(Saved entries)

+++

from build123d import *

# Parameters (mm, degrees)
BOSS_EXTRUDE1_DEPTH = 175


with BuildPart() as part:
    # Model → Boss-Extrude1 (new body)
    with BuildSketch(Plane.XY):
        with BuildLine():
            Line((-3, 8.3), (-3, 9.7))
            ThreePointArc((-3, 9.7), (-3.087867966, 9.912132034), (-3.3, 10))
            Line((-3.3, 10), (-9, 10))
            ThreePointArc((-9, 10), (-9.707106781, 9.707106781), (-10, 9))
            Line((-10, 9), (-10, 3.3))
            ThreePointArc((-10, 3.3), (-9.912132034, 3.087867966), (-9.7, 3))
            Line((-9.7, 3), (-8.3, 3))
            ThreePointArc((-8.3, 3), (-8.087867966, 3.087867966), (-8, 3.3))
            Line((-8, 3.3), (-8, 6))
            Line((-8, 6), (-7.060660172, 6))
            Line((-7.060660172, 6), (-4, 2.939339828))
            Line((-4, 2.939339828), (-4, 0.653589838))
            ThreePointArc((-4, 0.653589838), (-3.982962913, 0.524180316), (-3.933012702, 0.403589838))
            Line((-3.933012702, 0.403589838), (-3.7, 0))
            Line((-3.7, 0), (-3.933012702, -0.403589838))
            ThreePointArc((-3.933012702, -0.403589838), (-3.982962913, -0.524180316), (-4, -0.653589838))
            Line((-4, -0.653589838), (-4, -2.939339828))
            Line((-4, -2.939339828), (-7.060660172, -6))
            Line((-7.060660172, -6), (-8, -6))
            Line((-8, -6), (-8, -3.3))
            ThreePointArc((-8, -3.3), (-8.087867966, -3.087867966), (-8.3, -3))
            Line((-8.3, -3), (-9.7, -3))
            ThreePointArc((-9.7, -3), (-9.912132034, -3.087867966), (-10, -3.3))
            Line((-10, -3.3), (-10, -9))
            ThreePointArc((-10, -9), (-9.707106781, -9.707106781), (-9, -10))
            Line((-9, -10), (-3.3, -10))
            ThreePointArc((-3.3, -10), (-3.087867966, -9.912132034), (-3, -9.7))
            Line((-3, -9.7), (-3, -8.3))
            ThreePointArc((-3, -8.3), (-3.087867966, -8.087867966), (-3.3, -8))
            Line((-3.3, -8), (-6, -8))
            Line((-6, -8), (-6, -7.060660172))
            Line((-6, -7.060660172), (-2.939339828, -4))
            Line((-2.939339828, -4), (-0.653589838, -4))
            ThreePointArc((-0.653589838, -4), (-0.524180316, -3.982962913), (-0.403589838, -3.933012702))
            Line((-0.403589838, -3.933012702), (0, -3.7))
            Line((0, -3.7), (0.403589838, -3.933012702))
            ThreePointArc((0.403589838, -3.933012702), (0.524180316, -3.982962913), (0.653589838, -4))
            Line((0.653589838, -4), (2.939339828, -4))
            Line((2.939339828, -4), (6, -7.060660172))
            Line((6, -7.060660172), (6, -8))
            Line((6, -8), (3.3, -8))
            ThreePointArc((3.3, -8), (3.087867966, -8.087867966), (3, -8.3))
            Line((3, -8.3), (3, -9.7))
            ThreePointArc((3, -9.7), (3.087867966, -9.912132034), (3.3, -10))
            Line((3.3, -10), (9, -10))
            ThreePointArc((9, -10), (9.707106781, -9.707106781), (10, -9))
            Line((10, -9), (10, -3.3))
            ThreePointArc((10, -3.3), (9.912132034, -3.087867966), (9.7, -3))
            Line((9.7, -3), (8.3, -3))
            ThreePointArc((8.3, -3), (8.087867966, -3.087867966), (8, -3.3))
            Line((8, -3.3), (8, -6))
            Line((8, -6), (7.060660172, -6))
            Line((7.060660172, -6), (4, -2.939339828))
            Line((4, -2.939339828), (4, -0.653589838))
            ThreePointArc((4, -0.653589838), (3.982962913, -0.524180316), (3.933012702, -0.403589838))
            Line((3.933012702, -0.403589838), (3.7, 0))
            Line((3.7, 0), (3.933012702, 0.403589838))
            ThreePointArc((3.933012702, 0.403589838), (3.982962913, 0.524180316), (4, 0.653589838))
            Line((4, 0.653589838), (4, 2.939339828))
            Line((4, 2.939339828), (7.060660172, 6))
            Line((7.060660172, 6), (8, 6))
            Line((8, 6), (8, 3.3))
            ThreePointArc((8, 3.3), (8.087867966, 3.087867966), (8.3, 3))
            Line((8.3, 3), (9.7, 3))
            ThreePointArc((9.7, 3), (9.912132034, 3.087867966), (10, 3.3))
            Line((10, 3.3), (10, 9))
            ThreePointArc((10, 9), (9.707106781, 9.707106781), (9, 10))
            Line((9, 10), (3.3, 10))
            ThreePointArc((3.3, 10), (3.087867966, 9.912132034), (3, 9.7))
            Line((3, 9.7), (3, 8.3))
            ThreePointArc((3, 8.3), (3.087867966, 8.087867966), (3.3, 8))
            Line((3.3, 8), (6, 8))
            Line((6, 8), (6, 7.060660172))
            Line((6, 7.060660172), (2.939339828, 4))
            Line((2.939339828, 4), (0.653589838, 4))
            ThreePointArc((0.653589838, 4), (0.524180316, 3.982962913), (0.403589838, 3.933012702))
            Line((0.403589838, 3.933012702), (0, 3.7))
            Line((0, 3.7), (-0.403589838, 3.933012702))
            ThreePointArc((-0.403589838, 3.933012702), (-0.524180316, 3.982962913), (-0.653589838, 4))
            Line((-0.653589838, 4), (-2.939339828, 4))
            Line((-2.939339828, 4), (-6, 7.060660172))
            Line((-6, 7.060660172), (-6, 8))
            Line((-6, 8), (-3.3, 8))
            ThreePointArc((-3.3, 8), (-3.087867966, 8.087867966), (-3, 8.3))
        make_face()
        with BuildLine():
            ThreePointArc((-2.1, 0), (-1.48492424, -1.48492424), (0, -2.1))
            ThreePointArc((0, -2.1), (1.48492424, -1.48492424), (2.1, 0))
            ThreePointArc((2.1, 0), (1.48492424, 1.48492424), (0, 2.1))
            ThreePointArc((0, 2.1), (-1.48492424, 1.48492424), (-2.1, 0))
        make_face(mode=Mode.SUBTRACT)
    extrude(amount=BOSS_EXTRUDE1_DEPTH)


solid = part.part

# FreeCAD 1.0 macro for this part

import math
import FreeCAD as App
import Part
import Sketcher
Q = App.Units.Quantity

doc = App.newDocument("Part")
params = doc.addObject("Spreadsheet::Sheet", "Params")
for row, (alias, value) in enumerate([
    ("sketch1_radius", "1 mm"),
    ("sketch1_radius2", "0.3 mm"),
    ("sketch1_radius3", "0.5 mm"),
    ("sketch1_radius4", "2.1 mm"),
    ("sketch1_width", "5.7 mm"),
    ("pad1_length", "175 mm"),
], start=1):
    params.set(f"A{row}", alias)
    params.set(f"B{row}", "=" + value)
    params.setAlias(f"B{row}", alias)

body = doc.addObject("PartDesign::Body", "Body")

# Sketch on XY plane
sketch1 = doc.addObject("Sketcher::SketchObject", "Sketch")
body.addObject(sketch1)
sketch1.AttachmentSupport = (doc.XY_Plane, [""])
sketch1.MapMode = "FlatFace"
sketch1.addGeometry([
    Part.LineSegment(App.Vector(-3, 8.3, 0), App.Vector(-3, 9.7, 0)),  # 0
    Part.ArcOfCircle(Part.Circle(App.Vector(-3.3, 9.7, 0), App.Vector(0, 0, 1), 0.3), math.radians(0), math.radians(90)),  # 1
    Part.LineSegment(App.Vector(-3.3, 10, 0), App.Vector(-9, 10, 0)),  # 2
    Part.ArcOfCircle(Part.Circle(App.Vector(-9, 9, 0), App.Vector(0, 0, 1), 1), math.radians(90), math.radians(180)),  # 3
    Part.LineSegment(App.Vector(-10, 9, 0), App.Vector(-10, 3.3, 0)),  # 4
    Part.ArcOfCircle(Part.Circle(App.Vector(-9.7, 3.3, 0), App.Vector(0, 0, 1), 0.3), math.radians(-180), math.radians(-90)),  # 5
    Part.LineSegment(App.Vector(-9.7, 3, 0), App.Vector(-8.3, 3, 0)),  # 6
    Part.ArcOfCircle(Part.Circle(App.Vector(-8.3, 3.3, 0), App.Vector(0, 0, 1), 0.3), math.radians(-90), math.radians(0)),  # 7
    Part.LineSegment(App.Vector(-8, 3.3, 0), App.Vector(-8, 6, 0)),  # 8
    Part.LineSegment(App.Vector(-8, 6, 0), App.Vector(-7.06, 6, 0)),  # 9
    Part.LineSegment(App.Vector(-7.06, 6, 0), App.Vector(-4, 2.94, 0)),  # 10
    Part.LineSegment(App.Vector(-4, 2.94, 0), App.Vector(-4, 0.65, 0)),  # 11
    Part.ArcOfCircle(Part.Circle(App.Vector(-3.5, 0.65, 0), App.Vector(0, 0, 1), 0.5), math.radians(-180), math.radians(-150)),  # 12
    Part.LineSegment(App.Vector(-3.93, 0.4, 0), App.Vector(-3.7, 0, 0)),  # 13
    Part.LineSegment(App.Vector(-3.7, 0, 0), App.Vector(-3.93, -0.4, 0)),  # 14
    Part.ArcOfCircle(Part.Circle(App.Vector(-3.5, -0.65, 0), App.Vector(0, 0, 1), 0.5), math.radians(150), math.radians(180)),  # 15
    Part.LineSegment(App.Vector(-4, -0.65, 0), App.Vector(-4, -2.94, 0)),  # 16
    Part.LineSegment(App.Vector(-4, -2.94, 0), App.Vector(-7.06, -6, 0)),  # 17
    Part.LineSegment(App.Vector(-7.06, -6, 0), App.Vector(-8, -6, 0)),  # 18
    Part.LineSegment(App.Vector(-8, -6, 0), App.Vector(-8, -3.3, 0)),  # 19
    Part.ArcOfCircle(Part.Circle(App.Vector(-8.3, -3.3, 0), App.Vector(0, 0, 1), 0.3), math.radians(0), math.radians(90)),  # 20
    Part.LineSegment(App.Vector(-8.3, -3, 0), App.Vector(-9.7, -3, 0)),  # 21
    Part.ArcOfCircle(Part.Circle(App.Vector(-9.7, -3.3, 0), App.Vector(0, 0, 1), 0.3), math.radians(90), math.radians(180)),  # 22
    Part.LineSegment(App.Vector(-10, -3.3, 0), App.Vector(-10, -9, 0)),  # 23
    Part.ArcOfCircle(Part.Circle(App.Vector(-9, -9, 0), App.Vector(0, 0, 1), 1), math.radians(-180), math.radians(-90)),  # 24
    Part.LineSegment(App.Vector(-9, -10, 0), App.Vector(-3.3, -10, 0)),  # 25
    Part.ArcOfCircle(Part.Circle(App.Vector(-3.3, -9.7, 0), App.Vector(0, 0, 1), 0.3), math.radians(-90), math.radians(0)),  # 26
    Part.LineSegment(App.Vector(-3, -9.7, 0), App.Vector(-3, -8.3, 0)),  # 27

+++

#### [What is needed]
Out of the data above, transcribe exactly and only the lines starting with the line that has "Line((9.7, -3), (8.3, -3))" and going on through the line that has "ThreePointArc((9.7, 3), (9.912132034, 3.087867966), (10, 3.3))", both included.

#### [Solved exercise]
            Line((9.7, -3), (8.3, -3))
            ThreePointArc((8.3, -3), (8.087867966, -3.087867966), (8, -3.3))
            Line((8, -3.3), (8, -6))
            Line((8, -6), (7.060660172, -6))
            Line((7.060660172, -6), (4, -2.939339828))
            Line((4, -2.939339828), (4, -0.653589838))
            ThreePointArc((4, -0.653589838), (3.982962913, -0.524180316), (3.933012702, -0.403589838))
            Line((3.933012702, -0.403589838), (3.7, 0))
            Line((3.7, 0), (3.933012702, 0.403589838))
            ThreePointArc((3.933012702, 0.403589838), (3.982962913, 0.524180316), (4, 0.653589838))
            Line((4, 0.653589838), (4, 2.939339828))
            Line((4, 2.939339828), (7.060660172, 6))
            Line((7.060660172, 6), (8, 6))
            Line((8, 6), (8, 3.3))
            ThreePointArc((8, 3.3), (8.087867966, 3.087867966), (8.3, 3))
            Line((8.3, 3), (9.7, 3))
            ThreePointArc((9.7, 3), (9.912132034, 3.087867966), (10, 3.3))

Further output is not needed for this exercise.